What the task asks: From the first line onward, reproduce the records exactly; the final line to include is the one holding "v -29.464 7.874 -35.814".

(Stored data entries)
::::

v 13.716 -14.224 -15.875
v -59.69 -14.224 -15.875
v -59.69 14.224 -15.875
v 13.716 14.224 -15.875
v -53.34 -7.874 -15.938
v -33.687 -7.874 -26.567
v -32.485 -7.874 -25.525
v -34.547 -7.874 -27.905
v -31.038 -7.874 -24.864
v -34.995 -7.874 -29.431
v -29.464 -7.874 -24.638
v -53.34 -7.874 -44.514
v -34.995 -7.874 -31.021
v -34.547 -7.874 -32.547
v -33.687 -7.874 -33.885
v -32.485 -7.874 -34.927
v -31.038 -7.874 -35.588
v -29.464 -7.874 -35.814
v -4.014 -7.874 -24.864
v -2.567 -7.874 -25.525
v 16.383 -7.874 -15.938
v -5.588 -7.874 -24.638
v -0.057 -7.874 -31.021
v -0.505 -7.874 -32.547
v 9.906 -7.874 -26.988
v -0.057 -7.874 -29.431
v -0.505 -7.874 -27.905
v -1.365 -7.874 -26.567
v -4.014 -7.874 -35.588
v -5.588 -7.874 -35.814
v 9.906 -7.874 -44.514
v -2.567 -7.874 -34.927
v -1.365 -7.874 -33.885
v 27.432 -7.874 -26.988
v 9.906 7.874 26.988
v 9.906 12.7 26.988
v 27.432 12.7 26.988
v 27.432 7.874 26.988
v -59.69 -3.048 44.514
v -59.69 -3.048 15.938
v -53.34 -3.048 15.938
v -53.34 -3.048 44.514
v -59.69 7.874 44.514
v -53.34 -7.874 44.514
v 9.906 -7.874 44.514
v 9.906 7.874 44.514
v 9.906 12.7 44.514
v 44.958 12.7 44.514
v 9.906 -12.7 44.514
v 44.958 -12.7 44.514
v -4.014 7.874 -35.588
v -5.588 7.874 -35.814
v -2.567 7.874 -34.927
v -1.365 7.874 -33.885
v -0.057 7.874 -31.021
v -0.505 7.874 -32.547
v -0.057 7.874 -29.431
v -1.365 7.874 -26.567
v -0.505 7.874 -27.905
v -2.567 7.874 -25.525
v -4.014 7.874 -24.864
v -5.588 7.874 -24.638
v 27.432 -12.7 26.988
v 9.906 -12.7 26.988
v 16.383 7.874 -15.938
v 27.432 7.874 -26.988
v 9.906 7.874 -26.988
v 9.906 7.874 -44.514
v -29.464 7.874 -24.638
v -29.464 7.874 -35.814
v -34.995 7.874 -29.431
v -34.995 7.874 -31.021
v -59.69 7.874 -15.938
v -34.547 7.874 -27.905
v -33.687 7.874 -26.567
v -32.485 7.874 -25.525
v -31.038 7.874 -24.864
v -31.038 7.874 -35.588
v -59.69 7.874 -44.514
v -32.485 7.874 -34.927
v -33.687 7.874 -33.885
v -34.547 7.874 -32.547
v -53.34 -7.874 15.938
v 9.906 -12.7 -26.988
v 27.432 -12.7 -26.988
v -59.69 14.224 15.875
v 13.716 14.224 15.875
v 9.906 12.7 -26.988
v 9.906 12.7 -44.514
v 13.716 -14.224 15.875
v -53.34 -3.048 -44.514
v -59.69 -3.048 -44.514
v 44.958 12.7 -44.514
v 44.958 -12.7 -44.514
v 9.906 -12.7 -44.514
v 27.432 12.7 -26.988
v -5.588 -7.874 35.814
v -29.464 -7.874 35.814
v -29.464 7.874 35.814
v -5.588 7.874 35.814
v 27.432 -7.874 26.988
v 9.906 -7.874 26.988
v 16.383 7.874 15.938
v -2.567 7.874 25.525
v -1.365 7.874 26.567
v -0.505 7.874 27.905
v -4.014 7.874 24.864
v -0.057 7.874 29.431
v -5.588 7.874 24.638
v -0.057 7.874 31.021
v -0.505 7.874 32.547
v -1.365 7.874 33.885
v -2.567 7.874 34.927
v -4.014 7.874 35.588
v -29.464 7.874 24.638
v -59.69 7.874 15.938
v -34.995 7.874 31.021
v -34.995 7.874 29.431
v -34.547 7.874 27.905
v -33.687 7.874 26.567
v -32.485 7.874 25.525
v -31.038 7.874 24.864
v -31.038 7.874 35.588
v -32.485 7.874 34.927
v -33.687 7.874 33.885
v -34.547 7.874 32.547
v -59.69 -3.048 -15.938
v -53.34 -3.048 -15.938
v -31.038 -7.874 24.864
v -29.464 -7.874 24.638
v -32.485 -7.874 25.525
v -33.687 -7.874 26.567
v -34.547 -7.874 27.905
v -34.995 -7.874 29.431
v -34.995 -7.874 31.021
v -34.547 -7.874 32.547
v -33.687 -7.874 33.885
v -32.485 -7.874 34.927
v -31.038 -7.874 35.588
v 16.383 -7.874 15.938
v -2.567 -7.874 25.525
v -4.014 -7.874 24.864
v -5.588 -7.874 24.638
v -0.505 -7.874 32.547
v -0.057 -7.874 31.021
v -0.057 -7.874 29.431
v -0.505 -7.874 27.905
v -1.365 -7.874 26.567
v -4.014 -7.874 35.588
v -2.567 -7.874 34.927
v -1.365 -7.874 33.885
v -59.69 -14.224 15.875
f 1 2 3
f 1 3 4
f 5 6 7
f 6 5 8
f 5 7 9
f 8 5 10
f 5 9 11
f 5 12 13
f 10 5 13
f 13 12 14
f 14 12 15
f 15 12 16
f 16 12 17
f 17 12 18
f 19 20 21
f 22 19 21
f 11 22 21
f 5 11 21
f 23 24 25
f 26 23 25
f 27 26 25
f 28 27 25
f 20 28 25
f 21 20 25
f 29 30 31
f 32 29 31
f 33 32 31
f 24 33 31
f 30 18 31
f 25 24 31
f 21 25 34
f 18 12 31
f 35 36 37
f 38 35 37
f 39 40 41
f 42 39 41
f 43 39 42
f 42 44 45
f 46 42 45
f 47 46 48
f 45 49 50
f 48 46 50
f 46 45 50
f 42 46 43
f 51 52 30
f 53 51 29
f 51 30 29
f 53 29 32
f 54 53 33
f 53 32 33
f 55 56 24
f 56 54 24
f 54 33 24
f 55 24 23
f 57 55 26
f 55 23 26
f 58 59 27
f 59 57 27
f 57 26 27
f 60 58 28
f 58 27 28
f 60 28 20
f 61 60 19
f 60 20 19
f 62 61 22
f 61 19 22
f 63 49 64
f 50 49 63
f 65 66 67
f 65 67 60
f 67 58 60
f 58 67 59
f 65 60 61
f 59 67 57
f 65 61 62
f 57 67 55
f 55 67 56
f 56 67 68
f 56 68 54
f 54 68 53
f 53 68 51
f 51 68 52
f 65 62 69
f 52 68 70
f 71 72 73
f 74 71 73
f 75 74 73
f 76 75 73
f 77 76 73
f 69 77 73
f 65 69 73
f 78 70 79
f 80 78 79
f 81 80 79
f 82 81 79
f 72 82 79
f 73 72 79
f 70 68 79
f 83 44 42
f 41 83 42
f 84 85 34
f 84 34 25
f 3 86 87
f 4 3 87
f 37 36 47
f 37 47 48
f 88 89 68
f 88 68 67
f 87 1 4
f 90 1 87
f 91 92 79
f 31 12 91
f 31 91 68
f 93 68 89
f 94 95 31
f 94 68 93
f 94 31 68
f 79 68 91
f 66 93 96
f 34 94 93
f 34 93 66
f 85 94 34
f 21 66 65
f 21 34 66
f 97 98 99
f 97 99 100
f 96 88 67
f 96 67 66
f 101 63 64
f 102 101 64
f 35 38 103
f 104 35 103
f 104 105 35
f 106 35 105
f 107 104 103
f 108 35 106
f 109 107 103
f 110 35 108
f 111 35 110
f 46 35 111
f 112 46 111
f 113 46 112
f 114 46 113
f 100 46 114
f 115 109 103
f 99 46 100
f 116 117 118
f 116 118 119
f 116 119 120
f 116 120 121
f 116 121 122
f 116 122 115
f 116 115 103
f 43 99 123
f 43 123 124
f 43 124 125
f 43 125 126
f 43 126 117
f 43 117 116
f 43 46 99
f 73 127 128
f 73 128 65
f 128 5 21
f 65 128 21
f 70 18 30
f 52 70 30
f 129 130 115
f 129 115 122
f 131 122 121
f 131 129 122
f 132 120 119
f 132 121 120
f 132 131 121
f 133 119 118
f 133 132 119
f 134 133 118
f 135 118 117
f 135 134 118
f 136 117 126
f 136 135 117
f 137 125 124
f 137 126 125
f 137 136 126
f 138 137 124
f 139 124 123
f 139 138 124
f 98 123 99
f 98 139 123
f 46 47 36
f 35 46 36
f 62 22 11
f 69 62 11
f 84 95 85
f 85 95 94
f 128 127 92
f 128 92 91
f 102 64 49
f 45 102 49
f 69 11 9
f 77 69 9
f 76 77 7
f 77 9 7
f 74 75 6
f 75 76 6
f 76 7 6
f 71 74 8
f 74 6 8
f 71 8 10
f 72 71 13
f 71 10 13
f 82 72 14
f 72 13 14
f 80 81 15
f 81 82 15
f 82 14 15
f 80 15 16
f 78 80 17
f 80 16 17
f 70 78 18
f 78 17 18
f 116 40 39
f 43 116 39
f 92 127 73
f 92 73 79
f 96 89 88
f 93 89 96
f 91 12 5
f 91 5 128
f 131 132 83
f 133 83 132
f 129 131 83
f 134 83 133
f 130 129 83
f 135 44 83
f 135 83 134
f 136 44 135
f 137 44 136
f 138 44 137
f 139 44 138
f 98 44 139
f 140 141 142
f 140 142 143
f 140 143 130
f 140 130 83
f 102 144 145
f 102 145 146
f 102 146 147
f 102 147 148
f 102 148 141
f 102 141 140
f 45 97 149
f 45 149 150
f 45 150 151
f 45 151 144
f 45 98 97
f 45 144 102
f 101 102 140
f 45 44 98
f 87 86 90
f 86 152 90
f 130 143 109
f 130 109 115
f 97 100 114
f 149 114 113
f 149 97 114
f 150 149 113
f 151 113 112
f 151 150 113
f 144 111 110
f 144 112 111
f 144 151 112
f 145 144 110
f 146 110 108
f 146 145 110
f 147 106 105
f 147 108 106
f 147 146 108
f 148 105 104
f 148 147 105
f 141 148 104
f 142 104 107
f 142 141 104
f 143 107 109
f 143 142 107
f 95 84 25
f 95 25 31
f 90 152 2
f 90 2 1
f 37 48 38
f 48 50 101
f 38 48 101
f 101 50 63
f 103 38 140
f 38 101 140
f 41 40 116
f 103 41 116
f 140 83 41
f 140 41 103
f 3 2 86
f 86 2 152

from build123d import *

# Parameters (mm, degrees)
F0_W      = 104.648
F0_H      = 28.575
F1_DEPTH  = 12.7
F2_W      = 6.35
F2_H      = 9.652
F3_DEPTH  = 28.576
F5_DEPTH  = 4.826
F7_DEPTH  = 4.826
F9_DEPTH  = 25.401
F10_W     = 73.406
F10_H     = 31.75
F11_DEPTH = 14.224


with BuildPart() as f1:
    # F0 (on Front) → F1 (new body, symmetric)
    with BuildSketch(Plane.XZ):
        with Locations((-7.366, 30.226)):
            Rectangle(F0_W, F0_H)
        with BuildLine():
            ThreePointArc((-29.464, 24.638), (-35.052, 30.226), (-29.464, 35.814))
            Line((-29.464, 35.814), (-5.588, 35.814))
            ThreePointArc((-5.588, 35.814), (0, 30.226), (-5.588, 24.638))
            Line((-5.588, 24.638), (-29.464, 24.638))
        make_face(mode=Mode.SUBTRACT)
    extrude(amount=F1_DEPTH, both=True)

    # F2 (on face) → F3 (cut, through all)
    with BuildSketch(Plane.XY.offset(44.5135)):
        with Locations((-56.515, -7.874)):
            Rectangle(F2_W, F2_H)
    extrude(amount=-F3_DEPTH, mode=Mode.SUBTRACT)

    # F4 (on face) → F5 (cut)
    with BuildSketch(Plane.XZ.offset(12.7)):
        Polygon((9.906, 44.5135), (-53.34, 44.5135), (-53.34, 15.9385), (44.958, 15.9385), (44.958, 26.9875), (9.906, 26.9875), align=None)
        with BuildLine():
            Line((-5.588, 24.638), (-29.464, 24.638))
            ThreePointArc((-29.464, 24.638), (-35.052, 30.226), (-29.464, 35.814))
            Line((-29.464, 35.814), (-5.588, 35.814))
            ThreePointArc((-5.588, 35.814), (0, 30.226), (-5.588, 24.638))
        make_face(mode=Mode.SUBTRACT)
    extrude(amount=-F5_DEPTH, mode=Mode.SUBTRACT)

    # F6 (on face) → F7 (cut)
    with BuildSketch(Plane(origin=(0, 12.7, 0), x_dir=(-1, 0, 0), z_dir=(0, 1, 0))):
        Polygon((59.69, 15.9385), (59.69, 44.5135), (-9.906, 44.5135), (-9.906, 26.9875), (-44.958, 26.9875), (-44.958, 15.9385), align=None)
        with BuildLine():
            Line((5.588, 35.814), (29.464, 35.814))
            ThreePointArc((29.464, 35.814), (35.052, 30.226), (29.464, 24.638))
            Line((29.464, 24.638), (5.588, 24.638))
            ThreePointArc((5.588, 24.638), (0, 30.226), (5.588, 35.814))
        make_face(mode=Mode.SUBTRACT)
    extrude(amount=-F7_DEPTH, mode=Mode.SUBTRACT)

    # F8 (on face) → F9 (cut, through all)
    with BuildSketch(Plane.XZ.offset(12.7)):
        Polygon((44.958, 26.9875), (44.958, 44.5135), (27.432, 26.9875), align=None)
        Polygon((44.958, 26.9875), (27.432, 26.9875), (16.383, 15.9385), (44.958, 15.9385), align=None)
    extrude(amount=-F9_DEPTH, mode=Mode.SUBTRACT)


with BuildPart() as f11:
    # F10 (on Front) → F11 (new body, symmetric)
    with BuildSketch(Plane.XZ):
        with Locations((-22.987, 0)):
            Rectangle(F10_W, F10_H)
    extrude(amount=F11_DEPTH, both=True)


with BuildPart() as f12_1:
    # F12: instance of F1
    add(f1.part.mirror(Plane.XY))


solid = Compound([f1.part, f11.part, f12_1.part])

::::

Answer section:
v 13.716 -14.224 -15.875
v -59.69 -14.224 -15.875
v -59.69 14.224 -15.875
v 13.716 14.224 -15.875
v -53.34 -7.874 -15.938
v -33.687 -7.874 -26.567
v -32.485 -7.874 -25.525
v -34.547 -7.874 -27.905
v -31.038 -7.874 -24.864
v -34.995 -7.874 -29.431
v -29.464 -7.874 -24.638
v -53.34 -7.874 -44.514
v -34.995 -7.874 -31.021
v -34.547 -7.874 -32.547
v -33.687 -7.874 -33.885
v -32.485 -7.874 -34.927
v -31.038 -7.874 -35.588
v -29.464 -7.874 -35.814
v -4.014 -7.874 -24.864
v -2.567 -7.874 -25.525
v 16.383 -7.874 -15.938
v -5.588 -7.874 -24.638
v -0.057 -7.874 -31.021
v -0.505 -7.874 -32.547
v 9.906 -7.874 -26.988
v -0.057 -7.874 -29.431
v -0.505 -7.874 -27.905
v -1.365 -7.874 -26.567
v -4.014 -7.874 -35.588
v -5.588 -7.874 -35.814
v 9.906 -7.874 -44.514
v -2.567 -7.874 -34.927
v -1.365 -7.874 -33.885
v 27.432 -7.874 -26.988
v 9.906 7.874 26.988
v 9.906 12.7 26.988
v 27.432 12.7 26.988
v 27.432 7.874 26.988
v -59.69 -3.048 44.514
v -59.69 -3.048 15.938
v -53.34 -3.048 15.938
v -53.34 -3.048 44.514
v -59.69 7.874 44.514
v -53.34 -7.874 44.514
v 9.906 -7.874 44.514
v 9.906 7.874 44.514
v 9.906 12.7 44.514
v 44.958 12.7 44.514
v 9.906 -12.7 44.514
v 44.958 -12.7 44.514
v -4.014 7.874 -35.588
v -5.588 7.874 -35.814
v -2.567 7.874 -34.927
v -1.365 7.874 -33.885
v -0.057 7.874 -31.021
v -0.505 7.874 -32.547
v -0.057 7.874 -29.431
v -1.365 7.874 -26.567
v -0.505 7.874 -27.905
v -2.567 7.874 -25.525
v -4.014 7.874 -24.864
v -5.588 7.874 -24.638
v 27.432 -12.7 26.988
v 9.906 -12.7 26.988
v 16.383 7.874 -15.938
v 27.432 7.874 -26.988
v 9.906 7.874 -26.988
v 9.906 7.874 -44.514
v -29.464 7.874 -24.638
v -29.464 7.874 -35.814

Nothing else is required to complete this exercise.